Records drawn from a dataset
"""
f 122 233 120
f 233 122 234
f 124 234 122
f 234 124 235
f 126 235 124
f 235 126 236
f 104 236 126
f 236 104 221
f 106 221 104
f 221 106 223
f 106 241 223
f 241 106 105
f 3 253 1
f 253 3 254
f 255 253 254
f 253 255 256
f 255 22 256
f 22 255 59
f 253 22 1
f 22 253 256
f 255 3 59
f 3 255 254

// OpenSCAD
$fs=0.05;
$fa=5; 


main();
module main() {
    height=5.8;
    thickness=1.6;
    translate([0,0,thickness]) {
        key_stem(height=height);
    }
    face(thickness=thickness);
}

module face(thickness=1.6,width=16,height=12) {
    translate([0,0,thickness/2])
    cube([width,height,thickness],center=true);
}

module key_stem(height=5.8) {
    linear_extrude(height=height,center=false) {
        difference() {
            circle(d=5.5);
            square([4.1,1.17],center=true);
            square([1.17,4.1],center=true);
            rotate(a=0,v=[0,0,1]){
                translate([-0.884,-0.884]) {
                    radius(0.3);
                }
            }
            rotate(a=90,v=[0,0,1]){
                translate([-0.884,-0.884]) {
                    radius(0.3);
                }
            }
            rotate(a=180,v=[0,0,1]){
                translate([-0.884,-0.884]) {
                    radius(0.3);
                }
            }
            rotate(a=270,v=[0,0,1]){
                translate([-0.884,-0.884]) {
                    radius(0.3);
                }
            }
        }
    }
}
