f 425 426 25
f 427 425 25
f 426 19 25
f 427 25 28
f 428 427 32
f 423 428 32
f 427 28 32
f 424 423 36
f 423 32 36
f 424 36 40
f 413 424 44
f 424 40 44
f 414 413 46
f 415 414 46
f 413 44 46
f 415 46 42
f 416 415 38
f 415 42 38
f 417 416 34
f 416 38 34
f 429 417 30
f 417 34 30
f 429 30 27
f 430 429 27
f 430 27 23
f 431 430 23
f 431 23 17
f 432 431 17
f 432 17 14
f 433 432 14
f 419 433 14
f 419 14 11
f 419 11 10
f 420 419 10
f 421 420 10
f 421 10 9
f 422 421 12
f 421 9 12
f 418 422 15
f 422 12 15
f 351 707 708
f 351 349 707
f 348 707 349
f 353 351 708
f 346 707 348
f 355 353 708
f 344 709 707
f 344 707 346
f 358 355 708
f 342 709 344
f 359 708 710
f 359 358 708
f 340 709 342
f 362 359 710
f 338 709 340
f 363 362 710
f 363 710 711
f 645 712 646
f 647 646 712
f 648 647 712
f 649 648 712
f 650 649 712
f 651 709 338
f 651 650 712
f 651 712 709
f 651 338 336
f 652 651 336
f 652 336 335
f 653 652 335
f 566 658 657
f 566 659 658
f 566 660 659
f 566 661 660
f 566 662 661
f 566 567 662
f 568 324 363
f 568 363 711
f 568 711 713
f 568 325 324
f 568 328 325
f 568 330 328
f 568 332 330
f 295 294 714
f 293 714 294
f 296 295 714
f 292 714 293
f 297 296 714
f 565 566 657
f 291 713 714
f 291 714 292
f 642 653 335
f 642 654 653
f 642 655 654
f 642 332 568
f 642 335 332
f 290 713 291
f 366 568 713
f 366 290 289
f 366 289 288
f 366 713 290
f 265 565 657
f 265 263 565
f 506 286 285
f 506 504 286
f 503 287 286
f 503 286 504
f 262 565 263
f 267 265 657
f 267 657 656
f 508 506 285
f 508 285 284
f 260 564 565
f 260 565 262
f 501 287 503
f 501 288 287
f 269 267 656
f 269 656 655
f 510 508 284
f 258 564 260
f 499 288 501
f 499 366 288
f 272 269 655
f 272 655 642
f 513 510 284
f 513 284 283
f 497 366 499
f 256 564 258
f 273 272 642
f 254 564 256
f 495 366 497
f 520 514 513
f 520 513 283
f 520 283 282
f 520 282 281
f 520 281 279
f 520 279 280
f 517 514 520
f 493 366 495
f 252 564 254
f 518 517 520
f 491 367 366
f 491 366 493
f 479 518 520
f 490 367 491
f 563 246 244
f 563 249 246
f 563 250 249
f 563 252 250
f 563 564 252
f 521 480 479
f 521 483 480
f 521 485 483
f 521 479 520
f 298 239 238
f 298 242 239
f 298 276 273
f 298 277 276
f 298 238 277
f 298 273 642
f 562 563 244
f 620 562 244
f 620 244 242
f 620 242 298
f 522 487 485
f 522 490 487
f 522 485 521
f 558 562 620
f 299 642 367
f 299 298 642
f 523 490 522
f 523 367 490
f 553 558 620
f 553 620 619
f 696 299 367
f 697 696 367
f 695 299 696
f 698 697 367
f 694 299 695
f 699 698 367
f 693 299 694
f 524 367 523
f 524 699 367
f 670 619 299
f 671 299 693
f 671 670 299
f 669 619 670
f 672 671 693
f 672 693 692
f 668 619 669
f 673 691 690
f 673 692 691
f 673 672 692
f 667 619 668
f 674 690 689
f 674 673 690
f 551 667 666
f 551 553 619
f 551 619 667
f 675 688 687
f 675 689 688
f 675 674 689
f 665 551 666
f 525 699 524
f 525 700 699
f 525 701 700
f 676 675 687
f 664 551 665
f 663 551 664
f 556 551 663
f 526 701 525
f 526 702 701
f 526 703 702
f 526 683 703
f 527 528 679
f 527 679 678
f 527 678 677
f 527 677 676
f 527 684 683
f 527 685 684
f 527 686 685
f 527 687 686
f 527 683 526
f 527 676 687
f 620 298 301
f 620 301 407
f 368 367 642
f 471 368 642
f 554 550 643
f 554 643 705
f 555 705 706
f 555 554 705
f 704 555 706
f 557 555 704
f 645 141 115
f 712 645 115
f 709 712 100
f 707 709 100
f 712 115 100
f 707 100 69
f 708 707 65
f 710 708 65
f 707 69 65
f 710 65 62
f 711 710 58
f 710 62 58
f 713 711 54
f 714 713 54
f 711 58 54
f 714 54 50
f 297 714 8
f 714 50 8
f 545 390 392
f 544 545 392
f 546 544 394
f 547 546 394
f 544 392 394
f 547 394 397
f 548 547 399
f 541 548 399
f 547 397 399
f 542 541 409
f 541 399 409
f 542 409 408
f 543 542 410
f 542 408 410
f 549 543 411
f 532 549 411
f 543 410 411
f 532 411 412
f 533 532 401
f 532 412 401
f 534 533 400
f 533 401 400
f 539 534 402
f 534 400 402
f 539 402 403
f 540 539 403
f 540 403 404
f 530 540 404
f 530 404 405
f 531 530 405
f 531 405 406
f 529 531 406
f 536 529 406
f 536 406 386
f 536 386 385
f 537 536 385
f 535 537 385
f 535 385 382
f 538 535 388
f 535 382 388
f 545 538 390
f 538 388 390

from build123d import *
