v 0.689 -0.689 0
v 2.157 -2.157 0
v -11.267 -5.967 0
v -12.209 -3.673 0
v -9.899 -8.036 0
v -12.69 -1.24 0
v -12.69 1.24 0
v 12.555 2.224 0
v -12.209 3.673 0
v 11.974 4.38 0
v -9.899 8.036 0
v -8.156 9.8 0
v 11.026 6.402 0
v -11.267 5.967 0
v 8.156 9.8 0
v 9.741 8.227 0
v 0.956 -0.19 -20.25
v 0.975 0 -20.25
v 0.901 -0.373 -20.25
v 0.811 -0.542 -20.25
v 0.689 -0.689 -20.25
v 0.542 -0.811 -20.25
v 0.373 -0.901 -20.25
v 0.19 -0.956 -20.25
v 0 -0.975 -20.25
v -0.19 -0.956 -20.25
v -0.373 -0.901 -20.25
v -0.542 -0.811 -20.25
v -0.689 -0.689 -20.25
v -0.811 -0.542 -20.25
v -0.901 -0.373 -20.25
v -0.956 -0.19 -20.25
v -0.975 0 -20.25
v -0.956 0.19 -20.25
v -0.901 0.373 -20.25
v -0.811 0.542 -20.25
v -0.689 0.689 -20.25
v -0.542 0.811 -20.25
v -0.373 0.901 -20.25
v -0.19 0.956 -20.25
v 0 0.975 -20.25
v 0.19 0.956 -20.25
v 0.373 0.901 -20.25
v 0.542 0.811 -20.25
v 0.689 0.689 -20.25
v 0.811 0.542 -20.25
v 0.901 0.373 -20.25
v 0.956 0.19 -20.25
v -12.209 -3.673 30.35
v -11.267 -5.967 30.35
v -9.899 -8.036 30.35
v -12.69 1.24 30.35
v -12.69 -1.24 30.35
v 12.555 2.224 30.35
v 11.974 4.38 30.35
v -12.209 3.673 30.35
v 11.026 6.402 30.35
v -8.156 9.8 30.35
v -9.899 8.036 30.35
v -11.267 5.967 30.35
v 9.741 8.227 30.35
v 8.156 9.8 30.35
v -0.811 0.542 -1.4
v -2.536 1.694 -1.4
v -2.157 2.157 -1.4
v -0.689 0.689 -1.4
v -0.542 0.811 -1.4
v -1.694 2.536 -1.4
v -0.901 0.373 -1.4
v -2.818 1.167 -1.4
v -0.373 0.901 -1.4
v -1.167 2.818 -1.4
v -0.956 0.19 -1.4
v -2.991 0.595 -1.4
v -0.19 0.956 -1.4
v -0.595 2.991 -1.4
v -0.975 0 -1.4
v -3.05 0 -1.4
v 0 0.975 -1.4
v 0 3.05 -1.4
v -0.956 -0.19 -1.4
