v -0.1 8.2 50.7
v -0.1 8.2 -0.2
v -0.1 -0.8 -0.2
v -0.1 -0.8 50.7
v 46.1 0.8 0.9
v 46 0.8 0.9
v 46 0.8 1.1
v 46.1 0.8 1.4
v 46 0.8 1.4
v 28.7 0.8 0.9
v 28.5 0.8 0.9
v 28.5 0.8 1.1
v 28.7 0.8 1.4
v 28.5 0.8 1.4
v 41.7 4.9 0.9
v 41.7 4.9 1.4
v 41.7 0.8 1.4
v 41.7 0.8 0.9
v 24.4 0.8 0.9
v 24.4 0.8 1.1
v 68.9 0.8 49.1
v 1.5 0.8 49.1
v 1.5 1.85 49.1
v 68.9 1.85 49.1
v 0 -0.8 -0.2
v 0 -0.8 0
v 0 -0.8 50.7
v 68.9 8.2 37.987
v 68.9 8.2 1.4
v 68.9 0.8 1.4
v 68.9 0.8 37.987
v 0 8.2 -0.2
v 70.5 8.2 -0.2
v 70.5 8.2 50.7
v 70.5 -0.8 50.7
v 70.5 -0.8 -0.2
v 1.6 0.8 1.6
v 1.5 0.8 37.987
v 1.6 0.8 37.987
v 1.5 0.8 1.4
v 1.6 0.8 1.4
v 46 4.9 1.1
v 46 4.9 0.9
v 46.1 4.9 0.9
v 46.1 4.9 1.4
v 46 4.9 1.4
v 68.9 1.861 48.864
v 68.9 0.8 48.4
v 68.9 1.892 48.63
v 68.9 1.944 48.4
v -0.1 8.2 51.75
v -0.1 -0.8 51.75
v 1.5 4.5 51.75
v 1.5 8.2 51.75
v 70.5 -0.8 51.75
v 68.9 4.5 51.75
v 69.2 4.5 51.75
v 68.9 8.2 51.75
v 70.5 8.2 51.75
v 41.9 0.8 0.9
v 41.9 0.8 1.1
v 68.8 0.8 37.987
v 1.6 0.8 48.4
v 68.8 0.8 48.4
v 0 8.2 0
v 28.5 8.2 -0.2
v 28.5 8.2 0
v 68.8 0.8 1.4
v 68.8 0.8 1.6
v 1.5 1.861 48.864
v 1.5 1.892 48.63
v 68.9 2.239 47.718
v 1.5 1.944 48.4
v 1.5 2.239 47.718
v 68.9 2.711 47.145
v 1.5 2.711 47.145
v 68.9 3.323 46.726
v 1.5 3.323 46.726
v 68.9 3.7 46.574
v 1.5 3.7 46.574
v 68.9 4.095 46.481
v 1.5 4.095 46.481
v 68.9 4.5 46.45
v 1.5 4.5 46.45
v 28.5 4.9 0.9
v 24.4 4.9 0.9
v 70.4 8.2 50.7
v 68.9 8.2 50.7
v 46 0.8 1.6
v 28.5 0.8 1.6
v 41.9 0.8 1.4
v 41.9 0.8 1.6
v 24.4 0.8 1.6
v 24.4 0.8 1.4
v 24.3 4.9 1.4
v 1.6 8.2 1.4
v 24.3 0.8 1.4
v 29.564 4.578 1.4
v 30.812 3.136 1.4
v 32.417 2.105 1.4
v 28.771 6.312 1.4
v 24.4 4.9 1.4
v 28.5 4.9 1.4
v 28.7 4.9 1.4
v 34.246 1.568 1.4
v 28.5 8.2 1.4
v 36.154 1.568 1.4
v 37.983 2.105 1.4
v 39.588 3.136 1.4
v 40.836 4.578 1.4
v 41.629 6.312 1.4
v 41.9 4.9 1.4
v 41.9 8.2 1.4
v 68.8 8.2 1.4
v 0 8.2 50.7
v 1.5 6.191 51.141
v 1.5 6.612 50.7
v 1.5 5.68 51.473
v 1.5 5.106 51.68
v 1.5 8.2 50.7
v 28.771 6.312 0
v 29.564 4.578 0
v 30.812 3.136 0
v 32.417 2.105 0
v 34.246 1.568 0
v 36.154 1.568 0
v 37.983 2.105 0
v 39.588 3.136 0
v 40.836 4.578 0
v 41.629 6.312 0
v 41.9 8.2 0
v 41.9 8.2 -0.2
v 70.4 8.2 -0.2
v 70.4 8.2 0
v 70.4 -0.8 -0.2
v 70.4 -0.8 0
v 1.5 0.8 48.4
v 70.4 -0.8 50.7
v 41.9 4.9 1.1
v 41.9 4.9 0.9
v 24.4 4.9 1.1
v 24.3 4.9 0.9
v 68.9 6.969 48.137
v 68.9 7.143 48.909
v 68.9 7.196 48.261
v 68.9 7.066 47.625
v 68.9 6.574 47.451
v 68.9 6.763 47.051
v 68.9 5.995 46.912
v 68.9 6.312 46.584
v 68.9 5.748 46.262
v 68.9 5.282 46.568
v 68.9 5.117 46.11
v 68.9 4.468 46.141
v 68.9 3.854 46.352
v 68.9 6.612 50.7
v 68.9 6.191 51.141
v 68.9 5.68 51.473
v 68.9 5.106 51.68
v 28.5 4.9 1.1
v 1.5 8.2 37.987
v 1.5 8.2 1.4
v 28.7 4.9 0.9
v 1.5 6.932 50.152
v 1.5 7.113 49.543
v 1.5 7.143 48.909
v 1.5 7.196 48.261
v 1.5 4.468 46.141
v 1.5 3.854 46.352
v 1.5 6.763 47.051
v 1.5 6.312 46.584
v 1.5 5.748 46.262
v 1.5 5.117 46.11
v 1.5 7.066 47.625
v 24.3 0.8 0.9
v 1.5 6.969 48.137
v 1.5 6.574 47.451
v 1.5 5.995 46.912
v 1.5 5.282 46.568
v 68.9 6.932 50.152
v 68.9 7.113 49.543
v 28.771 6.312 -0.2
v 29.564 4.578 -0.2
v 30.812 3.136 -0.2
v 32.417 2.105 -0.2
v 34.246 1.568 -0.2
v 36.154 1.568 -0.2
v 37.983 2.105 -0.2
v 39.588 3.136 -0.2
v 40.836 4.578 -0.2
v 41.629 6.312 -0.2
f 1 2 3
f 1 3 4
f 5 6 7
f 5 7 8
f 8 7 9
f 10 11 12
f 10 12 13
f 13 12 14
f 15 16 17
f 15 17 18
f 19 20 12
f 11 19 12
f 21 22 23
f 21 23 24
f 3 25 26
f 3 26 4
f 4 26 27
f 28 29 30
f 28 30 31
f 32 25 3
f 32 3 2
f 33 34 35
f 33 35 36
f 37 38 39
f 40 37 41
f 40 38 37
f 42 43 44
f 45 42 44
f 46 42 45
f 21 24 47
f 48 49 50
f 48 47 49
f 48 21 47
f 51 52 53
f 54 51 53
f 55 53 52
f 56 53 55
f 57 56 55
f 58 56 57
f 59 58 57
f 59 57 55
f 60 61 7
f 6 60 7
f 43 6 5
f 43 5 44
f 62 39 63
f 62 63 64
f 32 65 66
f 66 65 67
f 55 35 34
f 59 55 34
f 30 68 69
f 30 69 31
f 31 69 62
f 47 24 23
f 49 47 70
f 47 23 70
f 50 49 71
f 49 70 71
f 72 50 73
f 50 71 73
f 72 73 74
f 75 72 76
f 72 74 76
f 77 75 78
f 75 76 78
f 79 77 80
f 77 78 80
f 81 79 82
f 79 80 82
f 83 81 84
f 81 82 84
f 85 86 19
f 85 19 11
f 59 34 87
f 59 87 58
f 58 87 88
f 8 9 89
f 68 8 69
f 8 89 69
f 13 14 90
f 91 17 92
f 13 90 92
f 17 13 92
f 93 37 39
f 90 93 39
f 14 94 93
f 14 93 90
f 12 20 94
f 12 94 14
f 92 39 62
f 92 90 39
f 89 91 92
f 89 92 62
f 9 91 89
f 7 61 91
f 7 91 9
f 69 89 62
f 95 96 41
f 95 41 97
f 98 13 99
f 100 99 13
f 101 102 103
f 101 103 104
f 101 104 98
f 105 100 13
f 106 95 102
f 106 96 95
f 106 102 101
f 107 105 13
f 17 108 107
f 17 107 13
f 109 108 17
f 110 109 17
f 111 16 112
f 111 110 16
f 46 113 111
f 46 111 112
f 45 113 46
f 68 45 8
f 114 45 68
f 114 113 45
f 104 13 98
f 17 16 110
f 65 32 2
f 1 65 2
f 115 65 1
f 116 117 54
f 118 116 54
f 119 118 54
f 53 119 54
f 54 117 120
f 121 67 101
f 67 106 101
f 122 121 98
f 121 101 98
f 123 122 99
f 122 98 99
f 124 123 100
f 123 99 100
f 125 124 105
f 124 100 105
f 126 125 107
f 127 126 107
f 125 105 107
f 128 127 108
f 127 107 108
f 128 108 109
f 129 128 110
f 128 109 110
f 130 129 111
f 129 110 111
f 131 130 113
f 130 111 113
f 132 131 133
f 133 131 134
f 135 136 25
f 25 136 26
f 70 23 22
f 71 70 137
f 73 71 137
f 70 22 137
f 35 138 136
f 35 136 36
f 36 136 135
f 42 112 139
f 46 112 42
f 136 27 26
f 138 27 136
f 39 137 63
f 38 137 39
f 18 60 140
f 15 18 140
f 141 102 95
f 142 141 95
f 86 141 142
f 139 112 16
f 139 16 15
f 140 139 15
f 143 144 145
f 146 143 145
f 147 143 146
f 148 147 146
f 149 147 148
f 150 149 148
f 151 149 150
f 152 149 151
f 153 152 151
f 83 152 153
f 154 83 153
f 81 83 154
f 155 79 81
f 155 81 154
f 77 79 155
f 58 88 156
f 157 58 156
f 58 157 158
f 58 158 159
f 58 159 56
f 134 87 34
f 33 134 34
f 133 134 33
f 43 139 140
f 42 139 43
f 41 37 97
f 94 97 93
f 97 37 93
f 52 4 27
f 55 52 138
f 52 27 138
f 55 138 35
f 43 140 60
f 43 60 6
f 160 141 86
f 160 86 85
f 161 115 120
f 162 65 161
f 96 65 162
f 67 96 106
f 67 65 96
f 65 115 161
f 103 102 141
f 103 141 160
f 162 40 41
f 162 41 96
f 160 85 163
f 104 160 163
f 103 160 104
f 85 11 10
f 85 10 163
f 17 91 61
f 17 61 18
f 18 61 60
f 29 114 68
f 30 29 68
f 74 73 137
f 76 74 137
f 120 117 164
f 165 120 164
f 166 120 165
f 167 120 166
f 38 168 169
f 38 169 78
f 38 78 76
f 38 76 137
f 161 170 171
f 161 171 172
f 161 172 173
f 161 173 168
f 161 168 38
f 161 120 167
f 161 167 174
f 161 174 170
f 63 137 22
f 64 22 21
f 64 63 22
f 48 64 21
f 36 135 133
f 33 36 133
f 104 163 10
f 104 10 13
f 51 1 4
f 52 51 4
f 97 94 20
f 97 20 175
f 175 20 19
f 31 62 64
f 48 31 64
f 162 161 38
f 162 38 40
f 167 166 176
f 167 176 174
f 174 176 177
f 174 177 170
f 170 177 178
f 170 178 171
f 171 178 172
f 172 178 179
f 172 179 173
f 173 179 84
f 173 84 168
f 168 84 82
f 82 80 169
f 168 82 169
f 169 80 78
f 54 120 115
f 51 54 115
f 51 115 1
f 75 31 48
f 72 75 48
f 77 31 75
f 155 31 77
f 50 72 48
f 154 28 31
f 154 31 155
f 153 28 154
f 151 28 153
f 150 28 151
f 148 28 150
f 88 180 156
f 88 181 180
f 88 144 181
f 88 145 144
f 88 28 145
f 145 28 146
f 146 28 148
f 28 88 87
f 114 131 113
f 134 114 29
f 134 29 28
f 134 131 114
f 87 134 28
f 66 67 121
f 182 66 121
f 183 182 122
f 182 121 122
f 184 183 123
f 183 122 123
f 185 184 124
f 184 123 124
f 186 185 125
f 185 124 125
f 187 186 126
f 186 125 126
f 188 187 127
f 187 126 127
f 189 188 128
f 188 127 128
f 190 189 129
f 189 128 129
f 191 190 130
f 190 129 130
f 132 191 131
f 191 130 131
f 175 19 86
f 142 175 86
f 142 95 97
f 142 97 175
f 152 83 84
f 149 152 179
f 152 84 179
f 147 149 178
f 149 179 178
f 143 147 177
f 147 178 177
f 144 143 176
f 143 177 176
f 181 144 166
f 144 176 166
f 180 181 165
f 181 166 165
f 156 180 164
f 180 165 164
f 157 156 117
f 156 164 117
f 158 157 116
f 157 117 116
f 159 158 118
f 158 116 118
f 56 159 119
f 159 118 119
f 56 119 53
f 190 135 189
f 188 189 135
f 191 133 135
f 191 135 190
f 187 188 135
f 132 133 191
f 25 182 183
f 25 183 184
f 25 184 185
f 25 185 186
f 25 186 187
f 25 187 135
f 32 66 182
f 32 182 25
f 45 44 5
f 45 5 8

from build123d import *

# Parameters (mm, degrees)
SKETCH1_W            = 70.4
SKETCH1_H            = 50.7
BOSS_EXTRUDE1_DEPTH  = 1.6
SKETCH2_W            = 70.4
SKETCH2_H            = 2.3
BOSS_EXTRUDE2_DEPTH  = 3.3
SKETCH4_R            = 2.3
BOSS_EXTRUDE3_DEPTH  = 70.4
BOSS_EXTRUDE4_DEPTH  = 6.6
SKETCH6_R            = 6.7
CUT_EXTRUDE1_DEPTH   = 6.6
SKETCH7_W            = 4.1
SKETCH7_H            = 3.3
CUT_EXTRUDE2_DEPTH   = 0.5
SKETCH9_W            = 70.4
SKETCH9_H            = 50.7
BOSS_EXTRUDE5_DEPTH  = 0.8
CUT_EXTRUDE3_DEPTH   = 0.8
BOSS_EXTRUDE6_DEPTH  = 0.2
CUT_EXTRUDE4_DEPTH   = 0.2
SKETCH13_W           = 4.1
SKETCH13_H           = 4.1
CUT_EXTRUDE5_DEPTH   = 0.2
SKETCH14_W           = 50.9
SKETCH14_H           = 9
BOSS_EXTRUDE7_DEPTH  = 0.1
CUT_EXTRUDE6_START   = -0.1
CUT_EXTRUDE6_DEPTH   = 0.1
CUT_EXTRUDE7_DEPTH   = 0.1
SKETCH17_W           = 50.9
SKETCH17_H           = 9
BOSS_EXTRUDE8_DEPTH  = 0.1
SKETCH18_W           = 0.5
SKETCH18_H           = 4.1
CUT_EXTRUDE8_DEPTH   = 0.2
SKETCH19_W           = 0.5
SKETCH19_H           = 4.1
CUT_EXTRUDE9_DEPTH   = 0.2
SKETCH21_W           = 0.5
SKETCH21_H           = 4.1
CUT_EXTRUDE10_DEPTH  = 0.1
SKETCH22_W           = 0.5
SKETCH22_H           = 4.1
CUT_EXTRUDE11_DEPTH  = 0.1
SKETCH24_W           = 67.4
SKETCH24_H           = 15.486571252
CUT_EXTRUDE12_DEPTH  = 23.1
SKETCH25_W           = 67.4
SKETCH25_H           = 1.6
BOSS_EXTRUDE9_DEPTH  = 3.7
SKETCH26_R           = 2.65
BOSS_EXTRUDE10_DEPTH = 67.7
BOSS_EXTRUDE13_DEPTH = 1.05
"""
_Work instructions_
Take every line above carrying "height" and return it.

_Your response_
    height=5.8;
        key_stem(height=height);
module face(thickness=1.6,width=16,height=12) {
    cube([width,height,thickness],center=true);
module key_stem(height=5.8) {
    linear_extrude(height=height,center=false) {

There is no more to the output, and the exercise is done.